Ronaldo lesionou-se na parte final da época, chegou a temer-se o pior, e Fernando Santos garantiu que podíamos esperar o melhor. Bluff ou não, as lesões são o que são e a evolução depende de questões que ultrapassam os desejos de jogadores e treinadores e muitas vezes ultrapassam mesmo as capacidades médicas para lhes fazer frente.  E se a Selecção Nacional tem um sector de qualidade é precisamente na área clínica. Esperemos que a lesão não seja mesmo impeditiva de um rendimento ao melhor nível daqui para a frente.

Ronaldo não estará no seu melhor e também, dizem, não quererá assumir em pleno o lugar onde pode render mais nesta equipa, ponta de lança. Porque tem características para isso, porque está numa idade em que as forças e a capacidade de criar espaços começam a perder vigor e porque na verdade estamos muito bem servidos nas alas. 

Na área não estamos. Éder ainda não mostrou créditos suficientes para ser titular e aposta permanente e de risco do seleccionador. E as outras opções ainda não são consistentes. Talvez André Silva, o extremo do Futebol Clube do Porto que tem sido trabalhado para funções na área, venha a ser o ponta de lança firme e óbvio que a Selecção tenta encontrar.

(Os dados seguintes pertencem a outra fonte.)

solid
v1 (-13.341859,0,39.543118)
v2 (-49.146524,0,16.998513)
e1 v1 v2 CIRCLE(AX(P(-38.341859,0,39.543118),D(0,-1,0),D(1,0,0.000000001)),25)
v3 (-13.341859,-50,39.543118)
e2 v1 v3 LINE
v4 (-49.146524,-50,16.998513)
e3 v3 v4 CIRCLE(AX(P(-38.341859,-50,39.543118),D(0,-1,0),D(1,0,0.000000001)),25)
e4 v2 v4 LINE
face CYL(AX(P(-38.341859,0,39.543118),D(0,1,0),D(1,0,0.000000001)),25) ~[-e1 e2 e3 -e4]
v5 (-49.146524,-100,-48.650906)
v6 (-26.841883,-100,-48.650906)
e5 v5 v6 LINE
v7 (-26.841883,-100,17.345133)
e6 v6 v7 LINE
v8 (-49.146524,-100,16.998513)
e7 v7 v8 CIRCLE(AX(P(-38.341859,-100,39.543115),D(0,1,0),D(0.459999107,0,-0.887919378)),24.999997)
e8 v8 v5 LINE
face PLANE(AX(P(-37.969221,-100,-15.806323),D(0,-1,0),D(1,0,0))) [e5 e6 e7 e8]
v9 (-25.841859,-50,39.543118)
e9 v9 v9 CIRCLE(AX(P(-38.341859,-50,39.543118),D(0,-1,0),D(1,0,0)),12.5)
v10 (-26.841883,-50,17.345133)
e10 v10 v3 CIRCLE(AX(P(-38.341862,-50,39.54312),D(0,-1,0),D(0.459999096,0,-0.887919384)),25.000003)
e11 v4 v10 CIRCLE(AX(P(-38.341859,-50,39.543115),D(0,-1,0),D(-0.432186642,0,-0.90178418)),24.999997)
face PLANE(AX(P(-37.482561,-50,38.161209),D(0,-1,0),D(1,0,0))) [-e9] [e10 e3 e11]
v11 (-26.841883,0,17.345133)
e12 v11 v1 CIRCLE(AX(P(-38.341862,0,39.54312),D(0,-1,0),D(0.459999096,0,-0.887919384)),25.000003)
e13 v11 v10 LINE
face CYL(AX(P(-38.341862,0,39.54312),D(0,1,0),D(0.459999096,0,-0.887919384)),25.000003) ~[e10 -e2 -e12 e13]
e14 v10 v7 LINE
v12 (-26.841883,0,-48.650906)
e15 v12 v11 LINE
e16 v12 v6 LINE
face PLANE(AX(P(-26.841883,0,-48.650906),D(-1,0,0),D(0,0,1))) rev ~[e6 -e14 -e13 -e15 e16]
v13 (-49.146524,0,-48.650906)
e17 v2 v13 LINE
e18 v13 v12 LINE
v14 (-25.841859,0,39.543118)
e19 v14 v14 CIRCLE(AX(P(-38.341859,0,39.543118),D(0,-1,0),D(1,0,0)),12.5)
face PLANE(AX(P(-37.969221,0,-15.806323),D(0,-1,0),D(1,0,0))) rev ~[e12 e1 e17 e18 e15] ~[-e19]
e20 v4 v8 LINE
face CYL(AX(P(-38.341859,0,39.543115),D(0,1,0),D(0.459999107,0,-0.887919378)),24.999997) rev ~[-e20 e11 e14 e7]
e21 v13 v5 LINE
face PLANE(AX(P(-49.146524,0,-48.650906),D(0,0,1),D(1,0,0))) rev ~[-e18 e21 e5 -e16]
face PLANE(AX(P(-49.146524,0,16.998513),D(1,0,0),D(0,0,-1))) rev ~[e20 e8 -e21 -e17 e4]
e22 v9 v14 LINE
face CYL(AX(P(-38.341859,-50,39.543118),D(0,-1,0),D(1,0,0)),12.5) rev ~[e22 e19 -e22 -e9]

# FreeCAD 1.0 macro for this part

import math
import FreeCAD as App
import Part
import Sketcher

V = App.Vector
Q = App.Units.Quantity

doc = App.newDocument("Part")
body = doc.addObject("PartDesign::Body", "Body")

# Sketch on XZ plane
sketch1 = body.newObject("Sketcher::SketchObject", "Sketch")
sketch1.AttachmentSupport = (doc.getObject("XZ_Plane"), [""])
sketch1.MapMode = "FlatFace"
sketch1.addGeometry(Part.ArcOfCircle(Part.Circle(V(-38.341862, 39.54312, 0), V(0, 0, 1), 25.000003), math.radians(-62.612951), math.radians(-0.000004)), False)
sketch1.addGeometry(Part.ArcOfCircle(Part.Circle(V(-38.341859, 39.543118, 0), V(0, 0, 1), 25), math.radians(0), math.radians(244.393592)), False)
sketch1.addGeometry(Part.ArcOfCircle(Part.Circle(V(-38.341859, 39.543115, 0), V(0, 0, 1), 24.999997), math.radians(-115.60641), math.radians(-62.61295)), False)
sketch1.addConstraint(Sketcher.Constraint("Tangent", 0, 2, 1, 1))
sketch1.addConstraint(Sketcher.Constraint("Tangent", 1, 2, 2, 1))
sketch1.addConstraint(Sketcher.Constraint("Tangent", 2, 2, 0, 1))
sketch1.addConstraint(Sketcher.Constraint("Horizontal", 1, 3, 0, 2))
sketch1.addConstraint(Sketcher.Constraint("Radius", 1, Q("25 mm")))
sketch1.addConstraint(Sketcher.Constraint("DistanceY", 1, 2, 2, 3, Q("22.544602 mm")))
sketch1.addConstraint(Sketcher.Constraint("DistanceX", 0, 3, -1, 1, Q("38.341862 mm")))
sketch1.addConstraint(Sketcher.Constraint("DistanceY", -1, 1, 0, 3, Q("39.54312 mm")))
sketch1.addConstraint(Sketcher.Constraint("DistanceX", 1, 2, 2, 2, Q("22.304641 mm")))
pad1 = body.newObject("PartDesign::Pad", "Pad")
pad1.Profile = sketch1
pad1.Length = 50

# Sketch on XZ plane
sketch2 = body.newObject("Sketcher::SketchObject", "Sketch001")
sketch2.AttachmentSupport = (doc.getObject("XZ_Plane"), [""])
sketch2.MapMode = "FlatFace"
sketch2.addGeometry(Part.ArcOfCircle(Part.Circle(V(-38.341859, 39.543115, 0), V(0, 0, 1), 24.999997), math.radians(-115.60641), math.radians(-62.61295)), False)
sketch2.addGeometry(Part.LineSegment(V(-49.146524, 16.998513, 0), V(-49.146524, -48.650906, 0)), False)
sketch2.addGeometry(Part.LineSegment(V(-49.146524, -48.650906, 0), V(-26.841883, -48.650906, 0)), False)
sketch2.addGeometry(Part.LineSegment(V(-26.841883, -48.650906, 0), V(-26.841883, 17.345133, 0)), False)
sketch2.addConstraint(Sketcher.Constraint("Coincident", 0, 1, 1, 1))
sketch2.addConstraint(Sketcher.Constraint("Coincident", 1, 2, 2, 1))
sketch2.addConstraint(Sketcher.Constraint("Coincident", 2, 2, 3, 1))
sketch2.addConstraint(Sketcher.Constraint("Coincident", 3, 2, 0, 2))
sketch2.addConstraint(Sketcher.Constraint("Vertical", 1))
sketch2.addConstraint(Sketcher.Constraint("Horizontal", 2))
sketch2.addConstraint(Sketcher.Constraint("Vertical", 3))
sketch2.addConstraint(Sketcher.Constraint("Radius", 0, Q("24.999997 mm")))
sketch2.addConstraint(Sketcher.Constraint("DistanceX", 2, 1, 2, 2, Q("22.304641 mm")))
sketch2.addConstraint(Sketcher.Constraint("DistanceY", 1, 2, 1, 1, Q("65.649419 mm")))
sketch2.addConstraint(Sketcher.Constraint("DistanceY", 3, 1, 3, 2, Q("65.996039 mm")))
sketch2.addConstraint(Sketcher.Constraint("DistanceX", 0, 3, -1, 1, Q("38.341859 mm")))
sketch2.addConstraint(Sketcher.Constraint("DistanceY", -1, 1, 0, 3, Q("39.543115 mm")))
pad2 = body.newObject("PartDesign::Pad", "Pad001")
pad2.Profile = sketch2
pad2.Length = 100

# Sketch on XZ plane
sketch3 = body.newObject("Sketcher::SketchObject", "Sketch002")
sketch3.AttachmentSupport = (doc.getObject("XZ_Plane"), [""])
sketch3.MapMode = "FlatFace"
sketch3.AttachmentOffset = App.Placement(V(0, 0, 50), App.Rotation())
sketch3.addGeometry(Part.Circle(V(-38.341859, 39.543118, 0), V(0, 0, 1), 12.5), False)
sketch3.addConstraint(Sketcher.Constraint("Diameter", 0, Q("25 mm")))
sketch3.addConstraint(Sketcher.Constraint("DistanceX", 0, 3, -1, 1, Q("38.341859 mm")))
sketch3.addConstraint(Sketcher.Constraint("DistanceY", -1, 1, 0, 3, Q("39.543118 mm")))
pocket1 = body.newObject("PartDesign::Pocket", "Pocket")
pocket1.Profile = sketch3
pocket1.Length = 50

doc.recompute()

Em defesa de Ronaldo acrescem outros dois factores. Por muitos talentos que a Selecção Nacional tenha, que tem, a equipa portuguesa não tem nem de perto nem de longe as opções que existem no Real Madrid. E também não existem, por razões óbvias, os mecanismos oleados e as rotinas já instaladas na equipa merengue que permitem ao capitão da Selecção Nacional jogar praticamente de olhos fechados porque adivinha onde vai estar a bola no momento seguinte.

Faço questão de escrever esta crónica ainda antes do jogo com a Hungria para dizer que sou dos que acredita que Ronaldo vai abrir a tampa do ketchup e fazer sair qualidade em catadupa neste jogo decisivo para Portugal, e ajudar a transformar a qualidade em golos. Conto obviamente com a azia acumulada de vários dias de uma campanha lamentável - a roçar o bullying - contra um dos melhores jogadores do mundo. E sabemos do que Ronaldo é capaz quando é picado.

Posto isto, Ronaldo é a maior estrela da Selecção Nacional, e para mim deste Europeu ainda que não tenha estado ao seu melhor nível nos dois jogos anteriores. Tem de ser mais humilde e mais sensato em algumas declarações, tem de se sacrificar em nome da equipa mesmo que numa posição onde se sente menos feliz. Mas jogadores como Ronaldo são talento à solta, génio acumulado e raça indomável, e não pode ser encerrados em espaços muito curtos onde se pode sujeitar ao jogo mais duro dos adversários. 

Há que encontrar a forma correcta de enquadrar tudo isto, coisa mais ao jeito dos mestres da táctica onde não me incluo. Que junte todos os predicados e se motive para arrastar consigo uma equipa que precisa mesmo de se soltar mais e concluir com mais eficácia as jogadas de perigo. E que não se preocupe, os que hoje o criticam e nele não acreditam - principalmente em Portugal - vão ser os primeiros a elevá-lo aos píncaros antes das sete da tarde desta quarta-feira em Portugal se as coisas correrem pelo melhor.

E além disso, pormenor importante, o Lourenço Esteves faz sete anos nesse dia, e não se desilude um fã que sonha um dia fazer jogadas iguais à do ídolo e que já chegou a dormir com o casaco que lhe comprámos com o mítico número 7. O Lourenço é um entre milhões de miúdos que estão sempre com o Comandante e que acreditam nele mesmo nos piores dias.

Estas coisas são de grande responsabilidade. Faz só o que sabes Ronaldo, é o que basta para sermos felizes. Nem que seja por mais uns dias.